I think you may be right. My round trip PI/Texas ticket cost a lot more than my Texas/PI tickets. Of course there are a lot of factors: buying tickets in advance, time of year etc...


----------



## Gary D (Oct 28, 2013)

Tukaram said:


> I think you may be right. My round trip PI/Texas ticket cost a lot more than my Texas/PI tickets. Of course there are a lot of factors: buying tickets in advance, time of year etc...


I think the biggest factor is that the deep discounts are not available in the Philippines due to the smaller demand.


----------



## texxan1 (Apr 5, 2016)

The cost of the tickets isnt an issue with me. My company pays my first class travel wherever i go... So its more or less dependent on if its a hassle or not..

i dont want to live in Cebu or Manila and really just want to find kind of a home base...

Thanks for the info, hope to find someone who does this and get in touch with them.

its represents a start on my transition to life abroad.

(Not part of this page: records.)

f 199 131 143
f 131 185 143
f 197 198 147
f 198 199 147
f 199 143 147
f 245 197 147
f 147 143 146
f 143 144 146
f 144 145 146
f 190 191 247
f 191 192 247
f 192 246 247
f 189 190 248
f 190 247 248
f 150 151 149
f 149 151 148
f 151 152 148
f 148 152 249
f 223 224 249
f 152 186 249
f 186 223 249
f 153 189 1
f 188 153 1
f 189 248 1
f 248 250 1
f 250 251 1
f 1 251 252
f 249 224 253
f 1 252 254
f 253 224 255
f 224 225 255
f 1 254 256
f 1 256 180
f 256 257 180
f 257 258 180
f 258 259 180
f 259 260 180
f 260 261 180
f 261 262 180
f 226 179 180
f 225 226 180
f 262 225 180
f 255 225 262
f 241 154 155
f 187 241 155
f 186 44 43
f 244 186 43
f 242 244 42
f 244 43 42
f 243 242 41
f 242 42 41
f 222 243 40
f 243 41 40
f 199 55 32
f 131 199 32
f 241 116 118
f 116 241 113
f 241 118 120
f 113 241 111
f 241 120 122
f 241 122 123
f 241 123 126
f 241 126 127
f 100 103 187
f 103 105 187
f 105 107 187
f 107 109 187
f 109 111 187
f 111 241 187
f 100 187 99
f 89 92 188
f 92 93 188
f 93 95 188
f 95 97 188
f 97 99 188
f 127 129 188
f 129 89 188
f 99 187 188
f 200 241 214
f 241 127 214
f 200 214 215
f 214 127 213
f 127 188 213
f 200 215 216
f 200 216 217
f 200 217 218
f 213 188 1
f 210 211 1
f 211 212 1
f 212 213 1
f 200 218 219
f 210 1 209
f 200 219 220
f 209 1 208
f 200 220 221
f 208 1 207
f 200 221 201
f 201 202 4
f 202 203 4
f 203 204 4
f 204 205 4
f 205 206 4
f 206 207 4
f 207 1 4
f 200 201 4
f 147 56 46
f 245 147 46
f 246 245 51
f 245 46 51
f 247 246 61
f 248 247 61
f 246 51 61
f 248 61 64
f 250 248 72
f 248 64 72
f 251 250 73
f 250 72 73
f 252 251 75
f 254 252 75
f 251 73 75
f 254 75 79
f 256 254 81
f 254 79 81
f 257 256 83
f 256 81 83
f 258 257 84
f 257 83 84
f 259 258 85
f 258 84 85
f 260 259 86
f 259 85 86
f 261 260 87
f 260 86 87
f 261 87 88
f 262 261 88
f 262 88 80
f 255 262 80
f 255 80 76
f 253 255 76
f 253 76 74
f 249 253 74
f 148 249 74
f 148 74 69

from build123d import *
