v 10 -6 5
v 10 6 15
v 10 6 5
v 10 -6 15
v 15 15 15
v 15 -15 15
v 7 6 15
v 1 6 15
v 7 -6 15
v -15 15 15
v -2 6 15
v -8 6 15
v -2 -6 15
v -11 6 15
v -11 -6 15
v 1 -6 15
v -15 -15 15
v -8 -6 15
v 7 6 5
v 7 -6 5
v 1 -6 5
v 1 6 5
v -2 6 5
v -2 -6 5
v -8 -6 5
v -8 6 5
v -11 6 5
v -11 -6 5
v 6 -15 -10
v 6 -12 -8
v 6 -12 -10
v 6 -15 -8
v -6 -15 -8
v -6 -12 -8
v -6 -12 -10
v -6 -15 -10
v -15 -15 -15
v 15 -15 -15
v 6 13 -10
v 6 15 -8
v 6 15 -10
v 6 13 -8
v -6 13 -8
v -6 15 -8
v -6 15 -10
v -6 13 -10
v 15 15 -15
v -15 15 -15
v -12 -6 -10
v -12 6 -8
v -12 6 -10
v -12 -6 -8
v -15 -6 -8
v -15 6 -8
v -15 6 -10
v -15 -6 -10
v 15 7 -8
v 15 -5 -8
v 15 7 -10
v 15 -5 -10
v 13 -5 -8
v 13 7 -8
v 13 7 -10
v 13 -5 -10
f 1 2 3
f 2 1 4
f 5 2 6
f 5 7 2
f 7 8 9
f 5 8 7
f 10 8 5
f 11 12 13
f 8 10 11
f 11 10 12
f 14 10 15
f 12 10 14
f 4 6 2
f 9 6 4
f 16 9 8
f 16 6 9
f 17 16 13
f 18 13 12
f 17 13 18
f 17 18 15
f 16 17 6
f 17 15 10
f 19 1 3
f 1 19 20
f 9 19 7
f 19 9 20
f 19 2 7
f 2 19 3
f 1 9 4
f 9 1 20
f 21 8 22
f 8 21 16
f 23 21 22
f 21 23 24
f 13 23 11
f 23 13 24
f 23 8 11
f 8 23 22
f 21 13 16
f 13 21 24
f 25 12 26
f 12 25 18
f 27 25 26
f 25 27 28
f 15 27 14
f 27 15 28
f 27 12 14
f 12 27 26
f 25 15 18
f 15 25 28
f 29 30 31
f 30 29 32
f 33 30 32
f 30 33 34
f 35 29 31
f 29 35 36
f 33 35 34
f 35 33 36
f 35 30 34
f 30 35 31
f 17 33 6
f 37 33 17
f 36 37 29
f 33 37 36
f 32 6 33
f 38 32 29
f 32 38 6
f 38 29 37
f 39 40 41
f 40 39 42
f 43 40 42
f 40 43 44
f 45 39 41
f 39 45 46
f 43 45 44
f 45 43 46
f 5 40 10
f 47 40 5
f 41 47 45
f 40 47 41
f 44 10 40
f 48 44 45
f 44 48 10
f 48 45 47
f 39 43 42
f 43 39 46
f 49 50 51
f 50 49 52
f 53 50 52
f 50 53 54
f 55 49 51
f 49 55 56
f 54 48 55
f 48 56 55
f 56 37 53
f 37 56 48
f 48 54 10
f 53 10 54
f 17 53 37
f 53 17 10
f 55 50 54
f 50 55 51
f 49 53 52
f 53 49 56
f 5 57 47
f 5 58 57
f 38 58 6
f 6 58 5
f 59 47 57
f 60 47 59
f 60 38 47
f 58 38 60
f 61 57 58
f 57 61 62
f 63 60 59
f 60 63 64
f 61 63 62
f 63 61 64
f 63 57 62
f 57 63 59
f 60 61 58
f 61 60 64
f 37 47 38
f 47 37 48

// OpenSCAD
difference() {
  scale([30.0000000000, 30.0000000000, 30.0000000000]) {
    translate([-0.5000000000, -0.5000000000, -0.5000000000]) {
      cube([1, 1, 1]);
    }
  }
  union() {
    union() {
      union() {
        union() {
          union() {
            union() {
              translate([8.5000000000, 0.0000000000, 10.0000000000]) {
                scale([3.0000000000, 12.0000000000, 10.0000000000]) {
                  translate([-0.5000000000, -0.5000000000, -0.5000000000]) {
                    cube([1, 1, 1]);
                  }
                }
              }
              translate([-0.5000000000, 0.0000000000, 10.0000000000]) {
                scale([3.0000000000, 12.0000000000, 10.0000000000]) {
                  translate([-0.5000000000, -0.5000000000, -0.5000000000]) {
                    cube([1, 1, 1]);
                  }
                }
              }
            }
            translate([-9.5000000000, 0.0000000000, 10.0000000000]) {
              scale([3.0000000000, 12.0000000000, 10.0000000000]) {
                translate([-0.5000000000, -0.5000000000, -0.5000000000]) {
                  cube([1, 1, 1]);
                }
              }
            }
          }
          translate([0.0000000000, -13.5000000000, -9.0000000000]) {
            scale([12.0000000000, 3.0000000000, 2.0000000000]) {
              translate([-0.5000000000, -0.5000000000, -0.5000000000]) {
                cube([1, 1, 1]);
              }
            }
          }
        }
        translate([0.0000000000, 14.0000000000, -9.0000000000]) {
          scale([12.0000000000, 2.0000000000, 2.0000000000]) {
            translate([-0.5000000000, -0.5000000000, -0.5000000000]) {
              cube([1, 1, 1]);
            }
          }
        }
      }
      translate([-13.5000000000, 0.0000000000, -9.0000000000]) {
        scale([3.0000000000, 12.0000000000, 2.0000000000]) {
          translate([-0.5000000000, -0.5000000000, -0.5000000000]) {
            cube([1, 1, 1]);
          }
        }
      }
    }
    translate([14.0000000000, 1.0000000000, -9.0000000000]) {
      scale([2.0000000000, 12.0000000000, 2.0000000000]) {
        translate([-0.5000000000, -0.5000000000, -0.5000000000]) {
          cube([1, 1, 1]);
        }
      }
    }
  }
}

currently i commute back and forth to Texas every two weeks and i certainly dont want to commute to the phils every two weeks... That would get way to old with that much travel lol

Thanks guys

Thomas


----------



## Gary D (Oct 28, 2013)

texxan1 said:


> currently i commute back and forth to Texas every two weeks and i certainly dont want to commute to the phils every two weeks... That would get way to old with that much travel lol


That could be the problem with the Philippines, unless you live on the doorstep of the airport you need for your international flights you will waste a day each side just travelling to and from the airport. We need to travel from the Subic area to Manila for our outbound flights. For an early flight, anytime before lunchtime we stay the night before in Manila. For later flights we leave in the early hours in the morning for the 3-5 hour drive to Manila. In the UK that would be about 1 1/2 for the same distance. If you need an internal flight trying to fly in on your day of departure can easily end in tears.


----------



## Tukaram (Dec 18, 2014)

Cebu has some good international connections, and traffic is nowhere near as bad as Manila. There are some nice places to stay near the city.


----------



## jdavis10 (Oct 1, 2012)

Better to buy a ticket to lets say hong kong then transfer out to your job place. Its cheaper that way then bought out of manila.... I know I have done checked.


----------